[Dataset entries]

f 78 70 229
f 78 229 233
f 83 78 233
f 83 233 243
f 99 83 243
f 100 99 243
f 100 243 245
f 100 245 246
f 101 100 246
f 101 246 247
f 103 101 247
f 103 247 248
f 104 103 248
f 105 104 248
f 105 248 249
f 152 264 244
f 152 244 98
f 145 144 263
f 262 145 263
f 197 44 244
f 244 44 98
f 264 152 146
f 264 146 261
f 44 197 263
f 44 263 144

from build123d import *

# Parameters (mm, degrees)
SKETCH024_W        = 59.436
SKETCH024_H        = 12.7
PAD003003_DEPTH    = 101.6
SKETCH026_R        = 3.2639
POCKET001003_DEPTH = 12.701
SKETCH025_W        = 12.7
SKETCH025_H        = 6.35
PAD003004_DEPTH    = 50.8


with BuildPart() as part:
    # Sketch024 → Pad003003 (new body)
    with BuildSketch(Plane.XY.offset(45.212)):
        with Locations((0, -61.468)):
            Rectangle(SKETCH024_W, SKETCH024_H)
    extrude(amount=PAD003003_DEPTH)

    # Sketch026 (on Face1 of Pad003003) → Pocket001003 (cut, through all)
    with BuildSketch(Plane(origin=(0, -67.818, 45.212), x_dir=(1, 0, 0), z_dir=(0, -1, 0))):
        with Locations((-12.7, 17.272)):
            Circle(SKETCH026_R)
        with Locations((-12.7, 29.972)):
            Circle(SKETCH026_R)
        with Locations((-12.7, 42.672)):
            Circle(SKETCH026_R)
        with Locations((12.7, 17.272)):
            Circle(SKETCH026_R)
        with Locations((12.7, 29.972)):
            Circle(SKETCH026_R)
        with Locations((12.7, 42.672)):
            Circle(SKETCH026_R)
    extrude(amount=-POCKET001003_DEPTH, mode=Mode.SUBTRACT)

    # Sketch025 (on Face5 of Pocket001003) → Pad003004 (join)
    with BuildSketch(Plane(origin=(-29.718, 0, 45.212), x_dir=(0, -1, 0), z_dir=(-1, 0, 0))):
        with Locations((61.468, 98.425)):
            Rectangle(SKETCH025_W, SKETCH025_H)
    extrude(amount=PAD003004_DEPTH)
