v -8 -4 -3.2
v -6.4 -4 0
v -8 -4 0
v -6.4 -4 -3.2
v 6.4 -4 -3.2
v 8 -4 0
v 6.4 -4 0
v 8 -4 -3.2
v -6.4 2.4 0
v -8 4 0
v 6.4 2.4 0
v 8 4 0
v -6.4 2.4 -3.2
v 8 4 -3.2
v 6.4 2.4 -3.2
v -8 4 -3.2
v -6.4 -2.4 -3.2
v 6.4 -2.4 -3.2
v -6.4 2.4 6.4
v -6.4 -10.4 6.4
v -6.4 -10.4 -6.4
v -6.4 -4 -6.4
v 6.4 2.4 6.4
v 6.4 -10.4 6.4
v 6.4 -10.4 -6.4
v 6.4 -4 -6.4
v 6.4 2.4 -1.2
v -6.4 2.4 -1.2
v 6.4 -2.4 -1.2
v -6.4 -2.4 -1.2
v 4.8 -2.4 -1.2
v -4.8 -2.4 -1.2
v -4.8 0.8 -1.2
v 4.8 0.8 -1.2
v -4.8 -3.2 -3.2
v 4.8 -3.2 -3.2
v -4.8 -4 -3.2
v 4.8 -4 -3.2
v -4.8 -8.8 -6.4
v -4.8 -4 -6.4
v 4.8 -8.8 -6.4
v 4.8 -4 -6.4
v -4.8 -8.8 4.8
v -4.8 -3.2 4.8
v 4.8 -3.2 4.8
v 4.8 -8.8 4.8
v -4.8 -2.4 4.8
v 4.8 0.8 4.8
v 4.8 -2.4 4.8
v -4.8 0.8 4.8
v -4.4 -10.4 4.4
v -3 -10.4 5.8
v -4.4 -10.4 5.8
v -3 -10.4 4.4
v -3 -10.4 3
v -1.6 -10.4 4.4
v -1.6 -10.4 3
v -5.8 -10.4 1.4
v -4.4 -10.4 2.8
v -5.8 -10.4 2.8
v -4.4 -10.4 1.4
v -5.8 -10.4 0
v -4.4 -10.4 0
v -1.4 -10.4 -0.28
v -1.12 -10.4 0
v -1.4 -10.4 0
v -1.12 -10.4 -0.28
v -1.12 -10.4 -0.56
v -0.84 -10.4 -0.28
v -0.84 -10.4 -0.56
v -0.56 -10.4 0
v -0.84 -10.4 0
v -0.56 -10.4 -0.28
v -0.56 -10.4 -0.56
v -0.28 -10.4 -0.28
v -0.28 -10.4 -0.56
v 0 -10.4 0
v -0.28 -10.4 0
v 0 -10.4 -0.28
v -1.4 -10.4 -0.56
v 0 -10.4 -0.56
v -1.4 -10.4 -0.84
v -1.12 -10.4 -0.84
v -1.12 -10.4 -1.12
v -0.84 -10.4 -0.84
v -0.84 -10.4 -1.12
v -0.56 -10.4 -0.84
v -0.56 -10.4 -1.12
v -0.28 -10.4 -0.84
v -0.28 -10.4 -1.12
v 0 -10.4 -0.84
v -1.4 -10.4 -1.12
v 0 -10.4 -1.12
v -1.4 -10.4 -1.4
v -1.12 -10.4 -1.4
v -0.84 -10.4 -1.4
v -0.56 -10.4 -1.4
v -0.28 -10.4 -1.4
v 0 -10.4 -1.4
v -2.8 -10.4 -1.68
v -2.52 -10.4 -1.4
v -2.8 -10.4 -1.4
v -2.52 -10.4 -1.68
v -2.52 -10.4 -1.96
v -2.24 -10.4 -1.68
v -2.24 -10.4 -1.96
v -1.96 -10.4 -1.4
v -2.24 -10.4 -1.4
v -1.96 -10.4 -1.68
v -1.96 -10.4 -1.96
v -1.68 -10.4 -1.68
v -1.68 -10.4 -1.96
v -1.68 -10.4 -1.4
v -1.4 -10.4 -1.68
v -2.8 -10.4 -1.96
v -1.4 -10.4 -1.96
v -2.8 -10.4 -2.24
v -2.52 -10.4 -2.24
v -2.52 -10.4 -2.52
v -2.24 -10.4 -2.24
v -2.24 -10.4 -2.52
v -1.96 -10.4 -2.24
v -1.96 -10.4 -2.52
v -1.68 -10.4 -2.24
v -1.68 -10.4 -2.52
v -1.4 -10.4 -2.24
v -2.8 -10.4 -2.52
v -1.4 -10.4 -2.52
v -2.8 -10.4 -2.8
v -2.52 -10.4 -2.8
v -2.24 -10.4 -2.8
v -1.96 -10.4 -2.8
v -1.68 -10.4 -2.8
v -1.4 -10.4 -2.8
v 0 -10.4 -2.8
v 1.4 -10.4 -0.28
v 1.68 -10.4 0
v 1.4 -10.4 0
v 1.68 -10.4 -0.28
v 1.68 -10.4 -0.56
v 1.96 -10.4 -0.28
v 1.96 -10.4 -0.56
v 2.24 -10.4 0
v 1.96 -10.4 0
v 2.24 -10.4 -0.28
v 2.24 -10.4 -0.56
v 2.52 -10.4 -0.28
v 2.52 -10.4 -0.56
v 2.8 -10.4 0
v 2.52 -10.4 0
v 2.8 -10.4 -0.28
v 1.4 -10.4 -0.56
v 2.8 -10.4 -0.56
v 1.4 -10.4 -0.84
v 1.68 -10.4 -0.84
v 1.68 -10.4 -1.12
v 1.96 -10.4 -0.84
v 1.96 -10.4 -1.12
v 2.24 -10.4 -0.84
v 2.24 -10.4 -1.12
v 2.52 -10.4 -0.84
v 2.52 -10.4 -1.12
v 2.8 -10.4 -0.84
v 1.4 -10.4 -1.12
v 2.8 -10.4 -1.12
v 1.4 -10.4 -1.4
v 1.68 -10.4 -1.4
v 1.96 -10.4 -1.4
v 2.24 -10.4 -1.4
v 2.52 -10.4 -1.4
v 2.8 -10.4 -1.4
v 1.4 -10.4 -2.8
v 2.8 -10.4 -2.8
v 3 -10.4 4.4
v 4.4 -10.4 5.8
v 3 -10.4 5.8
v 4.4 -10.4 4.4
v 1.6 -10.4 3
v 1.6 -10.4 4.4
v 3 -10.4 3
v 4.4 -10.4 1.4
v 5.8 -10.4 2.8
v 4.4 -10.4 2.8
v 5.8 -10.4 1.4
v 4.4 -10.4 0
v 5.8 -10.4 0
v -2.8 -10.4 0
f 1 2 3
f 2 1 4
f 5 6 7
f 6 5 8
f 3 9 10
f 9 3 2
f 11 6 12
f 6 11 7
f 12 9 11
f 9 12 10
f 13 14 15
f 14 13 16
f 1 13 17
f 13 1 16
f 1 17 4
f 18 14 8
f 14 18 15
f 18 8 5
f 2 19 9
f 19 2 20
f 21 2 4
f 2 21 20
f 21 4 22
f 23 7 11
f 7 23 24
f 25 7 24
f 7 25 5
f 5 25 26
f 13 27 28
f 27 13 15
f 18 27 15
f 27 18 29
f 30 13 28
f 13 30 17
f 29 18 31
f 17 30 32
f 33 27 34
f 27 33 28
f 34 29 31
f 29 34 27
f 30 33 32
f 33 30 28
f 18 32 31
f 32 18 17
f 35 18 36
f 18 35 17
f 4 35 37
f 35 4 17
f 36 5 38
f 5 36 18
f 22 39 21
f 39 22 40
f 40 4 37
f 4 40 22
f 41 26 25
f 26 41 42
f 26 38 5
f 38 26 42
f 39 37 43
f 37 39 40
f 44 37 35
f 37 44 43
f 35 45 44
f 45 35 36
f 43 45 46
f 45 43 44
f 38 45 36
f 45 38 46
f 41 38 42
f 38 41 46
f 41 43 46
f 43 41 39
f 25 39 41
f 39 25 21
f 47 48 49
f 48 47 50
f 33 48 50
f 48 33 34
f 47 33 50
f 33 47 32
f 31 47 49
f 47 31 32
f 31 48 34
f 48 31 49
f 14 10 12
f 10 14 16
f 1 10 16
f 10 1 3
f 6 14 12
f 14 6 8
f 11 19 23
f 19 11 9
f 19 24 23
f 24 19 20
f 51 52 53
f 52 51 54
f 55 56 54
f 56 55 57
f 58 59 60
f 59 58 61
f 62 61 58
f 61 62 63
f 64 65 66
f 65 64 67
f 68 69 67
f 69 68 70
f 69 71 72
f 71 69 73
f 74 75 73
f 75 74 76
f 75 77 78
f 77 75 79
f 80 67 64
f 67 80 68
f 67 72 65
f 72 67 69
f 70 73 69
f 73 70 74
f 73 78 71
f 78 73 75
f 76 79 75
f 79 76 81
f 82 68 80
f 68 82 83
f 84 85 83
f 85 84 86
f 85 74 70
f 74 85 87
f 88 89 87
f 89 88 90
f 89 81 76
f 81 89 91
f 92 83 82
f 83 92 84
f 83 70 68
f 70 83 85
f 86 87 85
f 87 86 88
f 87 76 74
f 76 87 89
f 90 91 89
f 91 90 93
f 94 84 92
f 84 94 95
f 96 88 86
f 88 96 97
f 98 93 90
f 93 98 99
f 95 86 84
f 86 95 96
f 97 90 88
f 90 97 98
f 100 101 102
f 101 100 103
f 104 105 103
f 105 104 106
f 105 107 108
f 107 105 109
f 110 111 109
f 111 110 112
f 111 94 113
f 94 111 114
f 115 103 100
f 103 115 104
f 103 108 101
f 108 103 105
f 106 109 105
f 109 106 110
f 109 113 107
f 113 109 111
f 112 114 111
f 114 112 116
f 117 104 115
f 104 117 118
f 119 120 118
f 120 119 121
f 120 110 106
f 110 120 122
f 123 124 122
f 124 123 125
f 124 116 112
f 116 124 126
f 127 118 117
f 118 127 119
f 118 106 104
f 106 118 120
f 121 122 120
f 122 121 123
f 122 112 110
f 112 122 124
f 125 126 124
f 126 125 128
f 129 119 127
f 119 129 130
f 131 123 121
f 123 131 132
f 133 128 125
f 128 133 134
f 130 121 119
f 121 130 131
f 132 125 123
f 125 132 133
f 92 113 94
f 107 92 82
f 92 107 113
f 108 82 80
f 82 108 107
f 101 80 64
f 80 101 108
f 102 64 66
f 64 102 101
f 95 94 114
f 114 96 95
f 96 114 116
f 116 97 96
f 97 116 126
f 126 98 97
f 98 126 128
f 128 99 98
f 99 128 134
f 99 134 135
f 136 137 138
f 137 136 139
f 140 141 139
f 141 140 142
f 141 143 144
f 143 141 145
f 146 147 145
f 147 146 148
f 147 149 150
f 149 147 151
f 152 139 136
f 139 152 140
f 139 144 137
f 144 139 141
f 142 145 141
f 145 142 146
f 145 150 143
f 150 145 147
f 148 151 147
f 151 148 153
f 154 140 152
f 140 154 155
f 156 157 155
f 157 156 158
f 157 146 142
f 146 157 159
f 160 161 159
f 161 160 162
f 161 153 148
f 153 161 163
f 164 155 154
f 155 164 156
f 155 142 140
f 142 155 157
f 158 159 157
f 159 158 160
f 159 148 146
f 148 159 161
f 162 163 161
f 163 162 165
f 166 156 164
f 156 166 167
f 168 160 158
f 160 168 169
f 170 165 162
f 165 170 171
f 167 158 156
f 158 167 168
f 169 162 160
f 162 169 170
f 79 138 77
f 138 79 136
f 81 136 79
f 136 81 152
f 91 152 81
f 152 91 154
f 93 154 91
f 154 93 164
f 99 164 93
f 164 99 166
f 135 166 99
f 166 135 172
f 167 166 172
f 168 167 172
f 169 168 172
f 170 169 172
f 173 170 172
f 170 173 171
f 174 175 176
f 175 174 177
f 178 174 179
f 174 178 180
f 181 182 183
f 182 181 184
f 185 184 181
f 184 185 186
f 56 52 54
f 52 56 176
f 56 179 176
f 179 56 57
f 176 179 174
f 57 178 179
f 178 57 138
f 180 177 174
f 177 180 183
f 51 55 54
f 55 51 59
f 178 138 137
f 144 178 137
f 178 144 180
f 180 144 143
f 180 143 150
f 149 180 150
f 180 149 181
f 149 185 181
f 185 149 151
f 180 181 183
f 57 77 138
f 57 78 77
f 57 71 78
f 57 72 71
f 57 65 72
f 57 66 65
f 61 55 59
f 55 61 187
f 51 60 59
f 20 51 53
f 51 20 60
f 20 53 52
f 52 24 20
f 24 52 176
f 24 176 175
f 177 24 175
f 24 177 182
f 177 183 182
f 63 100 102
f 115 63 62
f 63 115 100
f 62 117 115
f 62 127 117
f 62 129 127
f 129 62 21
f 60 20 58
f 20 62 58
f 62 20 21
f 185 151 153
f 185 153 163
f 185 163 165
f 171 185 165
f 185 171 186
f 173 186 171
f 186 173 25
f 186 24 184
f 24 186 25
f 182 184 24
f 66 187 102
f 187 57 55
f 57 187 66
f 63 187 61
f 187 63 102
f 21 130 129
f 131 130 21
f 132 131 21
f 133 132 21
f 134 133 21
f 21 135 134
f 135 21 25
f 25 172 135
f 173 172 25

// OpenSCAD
// file: ../p/rect3.scad
use <../lib.scad>
function ldraw_lib__rect3() = [
// 0 Rectangle with 3 Edges
// 0 Name: rect3.dat
// 0 Author: Mark Kennedy [mkennedy]
// 0 !LDRAW_ORG Primitive UPDATE 2010-01
// 0 !LICENSE Licensed under CC BY 4.0 : see CAreadme.txt
// 
// 0 BFC CERTIFY CCW
  [0,"BFC","CERTIFY"],
  [0,"BFC","CCW"],
// 
// 0 !HISTORY 2003-08-01 [PTadmin] Official Update 2003-02
// 0 !HISTORY 2007-06-24 [PTadmin] Header formatted for Contributor Agreement
// 0 !HISTORY 2008-07-01 [PTadmin] Official Update 2008-01
// 0 !HISTORY 2010-01-17 [mikeheide] Change winding to CCW
// 0 !HISTORY 2010-04-05 [PTadmin] Official Update 2010-01
// 
// 
// 2 24 1 0 1 -1 0 1
  [2,24,1,0,1,-1,0,1],
// 2 24 1 0 1 1 0 -1
  [2,24,1,0,1,1,0,-1],
// 2 24 -1 0 1 -1 0 -1
  [2,24,-1,0,1,-1,0,-1],
// 4 16 -1 0 1 -1 0 -1 1 0 -1 1 0 1
  [4,16,-1,0,1,-1,0,-1,1,0,-1,1,0,1],
// 0 //
];
module ldraw_lib__rect3(step=0, col=false, unit=2/5, alt=false, line=0.2, solid=!$preview)
    makepoly(ldraw_lib__rect3(), step=step, col=col, unit=unit, alt=alt, line=line, solid=solid);
ldraw_lib__rect3(line=0.2);
// file: ../p/rect.scad
use <../lib.scad>
function ldraw_lib__rect() = [
// 0 Rectangle
// 0 Name: rect.dat
// 0 Author: James Jessiman
// 0 !LDRAW_ORG Primitive UPDATE 2010-01
// 0 !LICENSE Licensed under CC BY 4.0 : see CAreadme.txt
// 
// 0 BFC CERTIFY CCW
  [0,"BFC","CERTIFY"],
  [0,"BFC","CCW"],
// 
// 0 !HISTORY 2002-04-05 [hafhead] Added BFC statement
// 0 !HISTORY 2002-04-25 [PTadmin] Official Update 2002-02
// 0 !HISTORY 2007-06-24 [PTadmin] Header formatted for Contributor Agreement
// 0 !HISTORY 2008-07-01 [PTadmin] Official Update 2008-01
// 0 !HISTORY 2010-01-17 [mikeheide] changed winding to CCW
// 0 !HISTORY 2010-04-05 [PTadmin] Official Update 2010-01
// 
// 
// 2 24 1 0 1 -1 0 1
  [2,24,1,0,1,-1,0,1],
// 2 24 -1 0 1 -1 0 -1
  [2,24,-1,0,1,-1,0,-1],
// 2 24 -1 0 -1 1 0 -1
  [2,24,-1,0,-1,1,0,-1],
// 2 24 1 0 -1 1 0 1
  [2,24,1,0,-1,1,0,1],
// 4 16 -1 0 1 -1 0 -1 1 0 -1 1 0 1
  [4,16,-1,0,1,-1,0,-1,1,0,-1,1,0,1],
// 0
];
module ldraw_lib__rect(step=0, col=false, unit=2/5, alt=false, line=0.2, solid=!$preview)
    makepoly(ldraw_lib__rect(), step=step, col=col, unit=unit, alt=alt, line=line, solid=solid);
ldraw_lib__rect(line=0.2);
// file: ../p/box5-1.scad
use <../lib.scad>
function ldraw_lib__box5_1() = [
// 0 Box with 5 Faces without 1 Edge
// 0 Name: box5-1.dat
// 0 Author: J.C. Tchang [tchang]
// 0 !LDRAW_ORG Primitive UPDATE 2014-01
// 0 !LICENSE Licensed under CC BY 4.0 : see CAreadme.txt
// 
// 0 BFC CERTIFY CCW
  [0,"BFC","CERTIFY"],
  [0,"BFC","CCW"],
// 
// 0 !HISTORY 2014-06-21 [PTadmin] Official Update 2014-01
// 
// 
// 2 24 1 1 1 -1 1 1
  [2,24,1,1,1,-1,1,1],
// 2 24 -1 1 1 -1 1 -1
  [2,24,-1,1,1,-1,1,-1],
// 2 24 -1 1 -1 1 1 -1
  [2,24,-1,1,-1,1,1,-1],
// 2 24 1 1 -1 1 1 1
  [2,24,1,1,-1,1,1,1],
// 2 24 1 0 1 -1 0 1
  [2,24,1,0,1,-1,0,1],
// 2 24 -1 0 1 -1 0 -1
  [2,24,-1,0,1,-1,0,-1],
// 2 24 1 0 -1 1 0 1
  [2,24,1,0,-1,1,0,1],
// 2 24 1 0 1 1 1 1
  [2,24,1,0,1,1,1,1],
// 2 24 -1 0 1 -1 1 1
  [2,24,-1,0,1,-1,1,1],
// 2 24 1 0 -1 1 1 -1
  [2,24,1,0,-1,1,1,-1],
// 2 24 -1 0 -1 -1 1 -1
  [2,24,-1,0,-1,-1,1,-1],
// 4 16 -1 1 1 1 1 1 1 1 -1 -1 1 -1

(The problem)
Copy out, exactly and alone, the lines of the entries above between the ones holding "v -3 -10.4 3" and "v -1.4 -10.4 -0.84", inclusive.

(Your solution)
v -3 -10.4 3
v -1.6 -10.4 4.4
v -1.6 -10.4 3
v -5.8 -10.4 1.4
v -4.4 -10.4 2.8
v -5.8 -10.4 2.8
v -4.4 -10.4 1.4
v -5.8 -10.4 0
v -4.4 -10.4 0
v -1.4 -10.4 -0.28
v -1.12 -10.4 0
v -1.4 -10.4 0
v -1.12 -10.4 -0.28
v -1.12 -10.4 -0.56
v -0.84 -10.4 -0.28
v -0.84 -10.4 -0.56
v -0.56 -10.4 0
v -0.84 -10.4 0
v -0.56 -10.4 -0.28
v -0.56 -10.4 -0.56
v -0.28 -10.4 -0.28
v -0.28 -10.4 -0.56
v 0 -10.4 0
v -0.28 -10.4 0
v 0 -10.4 -0.28
v -1.4 -10.4 -0.56
v 0 -10.4 -0.56
v -1.4 -10.4 -0.84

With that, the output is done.